Start of Data in this exercise

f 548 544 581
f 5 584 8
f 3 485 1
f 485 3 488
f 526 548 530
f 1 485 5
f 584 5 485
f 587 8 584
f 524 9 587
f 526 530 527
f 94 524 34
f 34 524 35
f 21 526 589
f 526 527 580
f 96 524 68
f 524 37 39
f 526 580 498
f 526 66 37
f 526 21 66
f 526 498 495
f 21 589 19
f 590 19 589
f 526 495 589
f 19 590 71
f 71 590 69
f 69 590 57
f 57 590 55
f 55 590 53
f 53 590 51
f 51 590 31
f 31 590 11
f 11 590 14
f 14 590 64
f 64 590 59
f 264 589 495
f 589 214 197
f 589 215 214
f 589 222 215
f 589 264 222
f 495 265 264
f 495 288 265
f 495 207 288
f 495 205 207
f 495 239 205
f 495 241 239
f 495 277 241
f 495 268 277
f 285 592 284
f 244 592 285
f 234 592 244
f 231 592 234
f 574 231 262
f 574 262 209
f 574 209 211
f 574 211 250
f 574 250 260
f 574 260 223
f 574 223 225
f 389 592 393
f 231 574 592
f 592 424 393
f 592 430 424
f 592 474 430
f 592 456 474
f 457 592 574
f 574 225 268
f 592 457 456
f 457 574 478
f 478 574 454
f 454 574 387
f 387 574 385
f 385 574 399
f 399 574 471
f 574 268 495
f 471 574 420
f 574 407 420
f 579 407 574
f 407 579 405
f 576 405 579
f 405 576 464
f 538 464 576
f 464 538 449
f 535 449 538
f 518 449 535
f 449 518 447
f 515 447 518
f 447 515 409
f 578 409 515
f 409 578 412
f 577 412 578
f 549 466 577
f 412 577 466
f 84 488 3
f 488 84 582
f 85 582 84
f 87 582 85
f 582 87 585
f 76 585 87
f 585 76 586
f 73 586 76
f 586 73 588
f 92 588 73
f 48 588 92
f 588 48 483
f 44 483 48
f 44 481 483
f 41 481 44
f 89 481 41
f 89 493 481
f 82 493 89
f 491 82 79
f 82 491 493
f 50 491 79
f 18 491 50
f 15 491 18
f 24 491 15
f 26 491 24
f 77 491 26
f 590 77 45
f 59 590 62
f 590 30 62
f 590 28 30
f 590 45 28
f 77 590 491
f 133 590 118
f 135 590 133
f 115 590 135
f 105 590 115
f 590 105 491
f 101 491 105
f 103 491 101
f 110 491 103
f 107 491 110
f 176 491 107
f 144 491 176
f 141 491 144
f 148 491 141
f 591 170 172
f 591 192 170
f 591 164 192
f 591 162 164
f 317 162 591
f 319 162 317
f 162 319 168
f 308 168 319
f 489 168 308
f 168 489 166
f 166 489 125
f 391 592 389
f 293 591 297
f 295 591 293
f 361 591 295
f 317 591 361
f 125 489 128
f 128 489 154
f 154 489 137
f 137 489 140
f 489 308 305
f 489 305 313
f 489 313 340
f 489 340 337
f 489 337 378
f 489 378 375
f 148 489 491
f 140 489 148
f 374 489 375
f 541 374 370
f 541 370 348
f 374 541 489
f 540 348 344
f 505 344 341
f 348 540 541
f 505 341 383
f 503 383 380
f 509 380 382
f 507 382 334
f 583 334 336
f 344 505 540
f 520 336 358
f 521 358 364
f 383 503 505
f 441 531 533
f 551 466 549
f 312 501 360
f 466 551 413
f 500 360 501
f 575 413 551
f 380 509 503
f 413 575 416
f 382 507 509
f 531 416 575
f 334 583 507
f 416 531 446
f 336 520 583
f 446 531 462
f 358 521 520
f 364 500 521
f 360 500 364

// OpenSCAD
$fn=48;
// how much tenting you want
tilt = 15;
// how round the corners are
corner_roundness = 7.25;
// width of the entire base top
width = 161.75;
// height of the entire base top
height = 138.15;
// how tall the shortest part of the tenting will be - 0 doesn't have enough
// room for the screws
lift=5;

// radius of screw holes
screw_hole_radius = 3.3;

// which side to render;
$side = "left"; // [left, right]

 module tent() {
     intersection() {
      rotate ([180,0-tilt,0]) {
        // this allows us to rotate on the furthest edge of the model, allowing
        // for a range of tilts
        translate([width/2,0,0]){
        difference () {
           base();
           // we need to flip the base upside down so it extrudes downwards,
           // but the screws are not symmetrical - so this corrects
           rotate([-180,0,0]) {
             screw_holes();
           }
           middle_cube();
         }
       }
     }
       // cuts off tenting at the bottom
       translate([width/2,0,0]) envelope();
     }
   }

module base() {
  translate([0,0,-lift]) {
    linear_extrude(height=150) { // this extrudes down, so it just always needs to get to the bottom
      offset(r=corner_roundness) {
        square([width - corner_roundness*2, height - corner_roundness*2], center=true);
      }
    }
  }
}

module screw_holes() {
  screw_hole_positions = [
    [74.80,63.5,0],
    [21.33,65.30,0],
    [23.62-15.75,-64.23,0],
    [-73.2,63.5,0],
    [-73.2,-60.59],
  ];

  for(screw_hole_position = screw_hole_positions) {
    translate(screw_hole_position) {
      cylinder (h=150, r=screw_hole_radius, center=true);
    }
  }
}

End of Data in this exercise

▸ Work to be completed: Please repeat word for word the lines above that run from the beginning through the line containing "f 31 590 11", keeping both the first and that last line.

▸ Reply to the task:
f 548 544 581
f 5 584 8
f 3 485 1
f 485 3 488
f 526 548 530
f 1 485 5
f 584 5 485
f 587 8 584
f 524 9 587
f 526 530 527
f 94 524 34
f 34 524 35
f 21 526 589
f 526 527 580
f 96 524 68
f 524 37 39
f 526 580 498
f 526 66 37
f 526 21 66
f 526 498 495
f 21 589 19
f 590 19 589
f 526 495 589
f 19 590 71
f 71 590 69
f 69 590 57
f 57 590 55
f 55 590 53
f 53 590 51
f 51 590 31
f 31 590 11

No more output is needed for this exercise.